Kartellstreit um Windows-Betriebssystem EU sieht Microsoft-Angebot skeptisch
Microsofts Entscheidung, Lizenznehmern den Windows-Quellcode für Server ohne Aufpreis zur Verfügung zu stellen, um EU-Auflagen zu genügen, stößt auf Kritik: Während die zuständige Wettbewerbskommissarin Kroes Zweifel hat, dass den EU-Anforderungen dadurch Genüge getan wird, fürchten Softwareentwickler, dass die Maßnahme für sie mehr Nach- als Vorteile hat.
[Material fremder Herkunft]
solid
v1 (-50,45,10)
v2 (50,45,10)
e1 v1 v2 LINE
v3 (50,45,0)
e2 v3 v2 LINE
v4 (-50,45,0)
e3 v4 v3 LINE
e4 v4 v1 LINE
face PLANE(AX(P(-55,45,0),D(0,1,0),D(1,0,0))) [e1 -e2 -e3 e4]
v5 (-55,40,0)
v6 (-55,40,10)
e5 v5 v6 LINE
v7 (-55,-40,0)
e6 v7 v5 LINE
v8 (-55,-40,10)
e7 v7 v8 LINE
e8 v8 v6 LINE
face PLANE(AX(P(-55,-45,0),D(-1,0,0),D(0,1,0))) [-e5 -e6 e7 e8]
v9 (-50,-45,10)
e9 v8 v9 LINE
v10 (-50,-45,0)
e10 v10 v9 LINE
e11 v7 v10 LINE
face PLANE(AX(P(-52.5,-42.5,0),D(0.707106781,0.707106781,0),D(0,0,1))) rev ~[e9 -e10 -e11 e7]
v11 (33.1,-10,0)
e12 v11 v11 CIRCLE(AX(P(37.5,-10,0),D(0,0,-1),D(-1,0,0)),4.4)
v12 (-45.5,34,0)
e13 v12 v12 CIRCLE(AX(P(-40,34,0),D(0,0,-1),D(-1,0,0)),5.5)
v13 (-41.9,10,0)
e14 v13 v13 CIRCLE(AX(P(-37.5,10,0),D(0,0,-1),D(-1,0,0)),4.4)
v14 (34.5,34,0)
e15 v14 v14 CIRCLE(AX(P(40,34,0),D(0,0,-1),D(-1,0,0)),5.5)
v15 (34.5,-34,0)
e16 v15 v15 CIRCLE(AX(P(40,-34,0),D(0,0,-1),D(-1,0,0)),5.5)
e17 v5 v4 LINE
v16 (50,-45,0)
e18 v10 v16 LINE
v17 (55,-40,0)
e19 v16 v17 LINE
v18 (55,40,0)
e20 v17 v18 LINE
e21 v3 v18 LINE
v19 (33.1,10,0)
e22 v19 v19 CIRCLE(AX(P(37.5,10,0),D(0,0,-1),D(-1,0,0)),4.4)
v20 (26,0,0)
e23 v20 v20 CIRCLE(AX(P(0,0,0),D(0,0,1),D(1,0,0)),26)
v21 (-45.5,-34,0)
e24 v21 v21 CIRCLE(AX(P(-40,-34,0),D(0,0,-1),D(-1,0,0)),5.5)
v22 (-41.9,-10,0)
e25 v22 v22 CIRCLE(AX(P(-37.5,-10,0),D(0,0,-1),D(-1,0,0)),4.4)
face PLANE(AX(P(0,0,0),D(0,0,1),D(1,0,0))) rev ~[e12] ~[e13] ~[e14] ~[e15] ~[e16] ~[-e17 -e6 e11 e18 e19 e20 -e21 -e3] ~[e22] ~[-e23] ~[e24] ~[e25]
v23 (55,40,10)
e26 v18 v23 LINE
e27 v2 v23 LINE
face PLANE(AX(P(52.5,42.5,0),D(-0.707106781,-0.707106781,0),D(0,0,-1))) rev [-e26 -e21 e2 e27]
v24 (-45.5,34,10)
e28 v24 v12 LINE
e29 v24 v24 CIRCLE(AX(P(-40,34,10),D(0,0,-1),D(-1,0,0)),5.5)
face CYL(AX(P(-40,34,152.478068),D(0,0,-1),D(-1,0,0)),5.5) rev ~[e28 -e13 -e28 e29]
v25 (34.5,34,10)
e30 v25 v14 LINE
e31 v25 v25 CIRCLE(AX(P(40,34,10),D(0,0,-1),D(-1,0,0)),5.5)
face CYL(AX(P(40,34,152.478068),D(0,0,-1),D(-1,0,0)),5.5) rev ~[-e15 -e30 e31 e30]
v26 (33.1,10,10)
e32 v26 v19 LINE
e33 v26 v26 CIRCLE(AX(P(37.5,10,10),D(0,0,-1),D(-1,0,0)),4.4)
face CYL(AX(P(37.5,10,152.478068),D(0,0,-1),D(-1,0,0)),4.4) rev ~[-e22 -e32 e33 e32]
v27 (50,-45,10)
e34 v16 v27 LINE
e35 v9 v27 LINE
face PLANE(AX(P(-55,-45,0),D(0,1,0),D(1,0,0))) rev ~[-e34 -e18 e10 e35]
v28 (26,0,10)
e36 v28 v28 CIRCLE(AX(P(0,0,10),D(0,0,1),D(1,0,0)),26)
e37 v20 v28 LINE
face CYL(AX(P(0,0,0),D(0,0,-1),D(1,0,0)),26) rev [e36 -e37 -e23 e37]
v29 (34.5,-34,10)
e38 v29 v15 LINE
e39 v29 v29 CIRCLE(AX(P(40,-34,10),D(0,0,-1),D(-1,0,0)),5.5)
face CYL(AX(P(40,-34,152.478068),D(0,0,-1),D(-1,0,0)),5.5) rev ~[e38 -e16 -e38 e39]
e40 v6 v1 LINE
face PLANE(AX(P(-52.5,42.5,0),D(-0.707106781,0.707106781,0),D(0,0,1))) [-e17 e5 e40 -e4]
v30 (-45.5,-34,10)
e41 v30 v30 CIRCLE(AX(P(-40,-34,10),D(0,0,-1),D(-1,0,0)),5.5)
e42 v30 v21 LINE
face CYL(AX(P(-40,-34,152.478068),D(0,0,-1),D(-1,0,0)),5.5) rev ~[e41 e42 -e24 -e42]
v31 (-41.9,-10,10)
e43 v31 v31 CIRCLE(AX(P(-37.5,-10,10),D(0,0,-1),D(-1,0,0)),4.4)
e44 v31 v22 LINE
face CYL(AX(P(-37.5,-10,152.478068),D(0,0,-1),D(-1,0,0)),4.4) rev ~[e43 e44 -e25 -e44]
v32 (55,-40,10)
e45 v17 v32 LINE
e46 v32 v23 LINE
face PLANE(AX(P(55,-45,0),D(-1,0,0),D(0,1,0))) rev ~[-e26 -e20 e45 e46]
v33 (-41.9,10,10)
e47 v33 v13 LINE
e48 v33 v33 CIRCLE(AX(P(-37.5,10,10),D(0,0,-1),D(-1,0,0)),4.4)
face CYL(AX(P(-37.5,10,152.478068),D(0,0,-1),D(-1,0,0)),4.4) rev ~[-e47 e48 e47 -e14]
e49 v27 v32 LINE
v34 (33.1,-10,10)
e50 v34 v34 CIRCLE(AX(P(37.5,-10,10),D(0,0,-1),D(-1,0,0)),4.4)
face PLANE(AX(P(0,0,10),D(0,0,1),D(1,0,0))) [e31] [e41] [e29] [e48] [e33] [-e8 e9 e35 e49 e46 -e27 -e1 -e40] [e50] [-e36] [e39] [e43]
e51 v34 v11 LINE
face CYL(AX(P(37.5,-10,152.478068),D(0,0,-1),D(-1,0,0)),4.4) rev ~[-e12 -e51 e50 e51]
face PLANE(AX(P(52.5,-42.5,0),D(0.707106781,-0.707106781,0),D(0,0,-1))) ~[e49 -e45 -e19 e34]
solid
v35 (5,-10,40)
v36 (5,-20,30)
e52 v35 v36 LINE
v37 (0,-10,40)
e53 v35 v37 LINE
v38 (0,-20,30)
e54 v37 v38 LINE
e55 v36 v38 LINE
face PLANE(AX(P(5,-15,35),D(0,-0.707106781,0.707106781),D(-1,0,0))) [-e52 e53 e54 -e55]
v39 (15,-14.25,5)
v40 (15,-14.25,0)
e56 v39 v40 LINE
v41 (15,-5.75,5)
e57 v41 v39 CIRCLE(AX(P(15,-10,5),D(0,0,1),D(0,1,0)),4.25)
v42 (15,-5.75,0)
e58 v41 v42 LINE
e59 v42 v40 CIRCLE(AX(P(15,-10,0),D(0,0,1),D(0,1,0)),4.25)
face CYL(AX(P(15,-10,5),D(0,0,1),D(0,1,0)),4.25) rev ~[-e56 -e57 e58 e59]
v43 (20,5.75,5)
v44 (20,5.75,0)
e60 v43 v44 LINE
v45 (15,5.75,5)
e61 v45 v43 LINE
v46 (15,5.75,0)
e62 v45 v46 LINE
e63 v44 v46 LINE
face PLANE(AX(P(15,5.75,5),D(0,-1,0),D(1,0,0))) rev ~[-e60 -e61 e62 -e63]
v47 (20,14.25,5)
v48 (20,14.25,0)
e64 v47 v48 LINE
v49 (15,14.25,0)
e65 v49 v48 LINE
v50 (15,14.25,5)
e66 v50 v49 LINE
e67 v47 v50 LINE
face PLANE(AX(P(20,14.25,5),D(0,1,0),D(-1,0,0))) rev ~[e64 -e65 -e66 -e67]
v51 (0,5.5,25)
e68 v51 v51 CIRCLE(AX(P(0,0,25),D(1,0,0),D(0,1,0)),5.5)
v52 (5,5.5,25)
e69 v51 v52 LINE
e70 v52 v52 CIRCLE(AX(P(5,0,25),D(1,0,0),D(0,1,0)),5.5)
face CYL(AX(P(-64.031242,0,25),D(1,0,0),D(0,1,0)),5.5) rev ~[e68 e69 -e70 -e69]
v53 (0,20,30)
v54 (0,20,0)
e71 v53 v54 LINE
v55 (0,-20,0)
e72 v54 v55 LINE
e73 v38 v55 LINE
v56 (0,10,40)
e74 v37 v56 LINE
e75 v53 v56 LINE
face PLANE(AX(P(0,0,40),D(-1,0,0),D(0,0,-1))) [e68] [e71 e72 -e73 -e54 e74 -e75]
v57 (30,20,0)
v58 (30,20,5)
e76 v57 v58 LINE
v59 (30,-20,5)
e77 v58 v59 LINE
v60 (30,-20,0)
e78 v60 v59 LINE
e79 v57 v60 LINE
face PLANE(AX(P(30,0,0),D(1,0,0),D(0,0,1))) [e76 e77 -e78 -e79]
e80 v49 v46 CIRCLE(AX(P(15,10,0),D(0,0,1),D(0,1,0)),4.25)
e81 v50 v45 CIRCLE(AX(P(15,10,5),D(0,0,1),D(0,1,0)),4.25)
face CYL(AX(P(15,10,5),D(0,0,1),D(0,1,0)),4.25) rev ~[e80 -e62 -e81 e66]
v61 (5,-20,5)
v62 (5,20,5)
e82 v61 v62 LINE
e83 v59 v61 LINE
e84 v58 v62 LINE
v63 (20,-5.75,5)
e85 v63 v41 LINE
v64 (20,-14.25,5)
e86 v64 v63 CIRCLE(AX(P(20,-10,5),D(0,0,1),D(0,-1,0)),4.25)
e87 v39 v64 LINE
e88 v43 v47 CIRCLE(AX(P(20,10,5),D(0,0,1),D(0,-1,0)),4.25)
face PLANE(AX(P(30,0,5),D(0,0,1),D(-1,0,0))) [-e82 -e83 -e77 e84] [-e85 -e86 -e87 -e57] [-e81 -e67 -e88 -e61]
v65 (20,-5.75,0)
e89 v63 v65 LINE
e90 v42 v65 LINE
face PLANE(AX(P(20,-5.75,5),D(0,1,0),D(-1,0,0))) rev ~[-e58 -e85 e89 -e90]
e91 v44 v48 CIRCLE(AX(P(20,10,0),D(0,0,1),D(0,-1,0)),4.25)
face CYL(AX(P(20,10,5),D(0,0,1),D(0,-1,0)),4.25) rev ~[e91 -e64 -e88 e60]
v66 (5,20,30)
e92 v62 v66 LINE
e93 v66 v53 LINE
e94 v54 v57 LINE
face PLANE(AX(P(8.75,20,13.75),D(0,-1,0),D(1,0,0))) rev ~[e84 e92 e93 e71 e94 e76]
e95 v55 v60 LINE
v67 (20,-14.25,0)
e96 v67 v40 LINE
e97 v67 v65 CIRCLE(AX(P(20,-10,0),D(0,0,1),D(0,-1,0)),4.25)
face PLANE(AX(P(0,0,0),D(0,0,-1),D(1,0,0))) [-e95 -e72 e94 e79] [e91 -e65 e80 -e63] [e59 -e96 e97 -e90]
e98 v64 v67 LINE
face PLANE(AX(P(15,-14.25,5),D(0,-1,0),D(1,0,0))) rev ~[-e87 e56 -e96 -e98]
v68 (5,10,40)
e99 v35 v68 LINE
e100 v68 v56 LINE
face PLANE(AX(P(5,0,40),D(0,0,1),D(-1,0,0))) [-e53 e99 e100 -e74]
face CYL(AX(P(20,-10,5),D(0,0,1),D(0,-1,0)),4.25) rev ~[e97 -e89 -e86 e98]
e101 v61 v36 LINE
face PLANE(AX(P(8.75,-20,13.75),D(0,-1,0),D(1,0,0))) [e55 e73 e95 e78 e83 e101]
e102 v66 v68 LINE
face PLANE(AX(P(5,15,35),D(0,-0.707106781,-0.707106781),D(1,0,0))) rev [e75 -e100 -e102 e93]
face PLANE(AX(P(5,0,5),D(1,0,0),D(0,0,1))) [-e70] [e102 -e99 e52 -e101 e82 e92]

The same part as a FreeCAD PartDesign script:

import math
import FreeCAD as App
import Part
import Sketcher

V = App.Vector


def edges_at(feature, points):
    """Names of the edges that pass closest to the given points."""
    edges = feature.Shape.Edges
    near = lambda p: min(range(len(edges)), key=lambda i: edges[i].distToShape(Part.Vertex(*p))[0])
    return sorted({f"Edge{near(p) + 1}" for p in points})

doc = App.newDocument("Part")
body = doc.addObject("PartDesign::Body", "Body")

# Sketch on XY plane
sketch1 = body.newObject("Sketcher::SketchObject", "Sketch")
sketch1.AttachmentSupport = (doc.getObject("XY_Plane"), [""])
sketch1.MapMode = "FlatFace"
sketch1.addGeometry([
    Part.LineSegment(V(-55, 45, 0), V(-55, -45, 0)),  # 0
    Part.LineSegment(V(-55, -45, 0), V(55, -45, 0)),  # 1
    Part.LineSegment(V(55, -45, 0), V(55, 45, 0)),  # 2
    Part.LineSegment(V(55, 45, 0), V(-55, 45, 0)),  # 3
    Part.Circle(V(0, 0, 0), V(0, 0, 1), 26),  # 4
], False)
sketch1.addConstraint([
    Sketcher.Constraint("Coincident", 0, 2, 1, 1),
    Sketcher.Constraint("Coincident", 1, 2, 2, 1),
    Sketcher.Constraint("Coincident", 2, 2, 3, 1),
    Sketcher.Constraint("Coincident", 3, 2, 0, 1),
    Sketcher.Constraint("Vertical", 0),
    Sketcher.Constraint("Horizontal", 1),
    Sketcher.Constraint("Vertical", 2),
    Sketcher.Constraint("Horizontal", 3),
    Sketcher.Constraint("Coincident", 4, 3, -1, 1),
    Sketcher.Constraint("Symmetric", 0, 2, 2, 2, -1, 1),
    Sketcher.Constraint("Diameter", 4, 52.0),
    Sketcher.Constraint("DistanceX", 1, 1, 1, 2, 110.0),
    Sketcher.Constraint("DistanceY", 0, 2, 0, 1, 90.0),
])
pad1 = body.newObject("PartDesign::Pad", "Pad")
pad1.Profile = sketch1
pad1.Length = 10

# Sketch on XY plane
sketch2 = body.newObject("Sketcher::SketchObject", "Sketch001")
sketch2.AttachmentSupport = (doc.getObject("XY_Plane"), [""])
sketch2.MapMode = "FlatFace"
sketch2.AttachmentOffset = App.Placement(V(0, 0, 10), App.Rotation())
sketch2.addGeometry([
    Part.Circle(V(-40, 34, 0), V(0, 0, 1), 6),
    Part.Circle(V(-40, -34, 0), V(0, 0, 1), 6),
    Part.Circle(V(40, -34, 0), V(0, 0, 1), 6),
    Part.Circle(V(40, 34, 0), V(0, 0, 1), 6),
], False)
sketch2.addConstraint([
    Sketcher.Constraint("Equal", 0, 1),
    Sketcher.Constraint("Equal", 1, 2),
    Sketcher.Constraint("Equal", 2, 3),
    Sketcher.Constraint("Symmetric", 0, 3, 2, 3, -1, 1),
    Sketcher.Constraint("Symmetric", 1, 3, 3, 3, -1, 1),
    Sketcher.Constraint("Symmetric", 1, 3, 2, 3, -2),
    Sketcher.Constraint("Diameter", 0, 11.0),
    Sketcher.Constraint("DistanceX", 0, 3, -1, 1, 40.0),
    Sketcher.Constraint("DistanceY", -1, 1, 0, 3, 34.0),
])
doc.recompute()
hole = body.newObject("PartDesign::Hole", "Hole")
hole.Profile = sketch2
hole.ThreadType = "None"
hole.Diameter = 11
hole.DepthType = "ThroughAll"

# Sketch on XY plane
sketch3 = body.newObject("Sketcher::SketchObject", "Sketch002")
sketch3.AttachmentSupport = (doc.getObject("XY_Plane"), [""])
sketch3.MapMode = "FlatFace"
sketch3.AttachmentOffset = App.Placement(V(0, 0, 10), App.Rotation())
sketch3.addGeometry([
    Part.Circle(V(-37.5, 10, 0), V(0, 0, 1), 4.4),
    Part.Circle(V(-37.5, -10, 0), V(0, 0, 1), 4.4),
    Part.Circle(V(37.5, -10, 0), V(0, 0, 1), 4.4),
    Part.Circle(V(37.5, 10, 0), V(0, 0, 1), 4.4),
], False)
sketch3.addConstraint([
    Sketcher.Constraint("Equal", 0, 1),
    Sketcher.Constraint("Equal", 1, 2),
    Sketcher.Constraint("Equal", 2, 3),
    Sketcher.Constraint("Symmetric", 0, 3, 2, 3, -1, 1),
    Sketcher.Constraint("Symmetric", 1, 3, 3, 3, -1, 1),
    Sketcher.Constraint("Symmetric", 1, 3, 2, 3, -2),
    Sketcher.Constraint("Diameter", 0, 8.8),
    Sketcher.Constraint("DistanceY", -1, 1, 0, 3, 10.0),
    Sketcher.Constraint("DistanceX", 1, 3, 2, 3, 75.0),
])
doc.recompute()
hole2 = body.newObject("PartDesign::Hole", "Hole001")
hole2.Profile = sketch3
hole2.ThreadType = "None"
hole2.Diameter = 8.8
hole2.DepthType = "ThroughAll"
doc.recompute()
Die Offenlegung von Computerprogrammen, die der US-Softwarekonzern Microsoft der EU-Kommission zugesagt hat, ist möglicherweise nicht ausreichend, um die Wettbewerbsbedenken der Behörde zu zerstreuen. "Es ist die Qualität der Informationen und nicht deren Menge, die zählt," sagte der Sprecher von Wettbewerbskommissarin Neelie Kroes in Brüssel zu der Microsoft-Ankündigung, den Quellcode des Betriebssystems Windows offen zu legen. Entscheidend sei, dass diese Informationen ausreichend seien, um Programme der Konkurrenten mit Windows kompatibel zu machen. Anderenfalls erfülle das Unternehmen nicht die Auflagen der Kommission.
Microsoft stellte sich lange quer
Die Behörde hatte Microsoft im Frühjahr 2004 aufgefordert, bestimmte Programmteile offen zu legen, damit Arbeitsgruppenserver anderer Hersteller mit Windows-Computern und -Servern vollständig zusammenarbeiten können. Die darauf von Microsoft vorgelegten Dokumentationen waren nach Ansicht der Kommission aber zu ungenau und unvollständig. Daher forderte die Behörde im vergangenen Dezember Nachbesserung und drohte anderenfalls Microsoft ein Zwangsgeld von bis zu zwei Millionen Euro täglich an. Die Kommission erwartet nun bis spätestens 15. Februar eine offizielle Stellungnahme von Microsoft.
Entwickler freier Software befürchten Nachteile
Die Einsicht in den Quellcode ist für Computer-Programmierer wichtig, wenn sie Software-Anwendungen auf das Betriebssystem anpassen wollen. Ob diese wirklich ausreicht, um die Kompatibilitätsprobleme zu lösen, ist jedoch fraglich: So sieht die Free Software Foundation Europe (FSFE) Microsofts Entscheidung als problematisch an, anstatt der geforderten Schnittstellenprotokolle den Quellcode zur Verfügung zu stellen: "Es ist ein vergifteter Apfel", so FSFE-Anwalt Carlo Piana. So bestehe die Gefahr, dass Microsoft Programmierern, die Funktionen von Windows selbst nachprogrammierten, Copyrightverletzungen vorwerfe, da diese den Quellcode bei ihrer Arbeit verwendet haben könnten.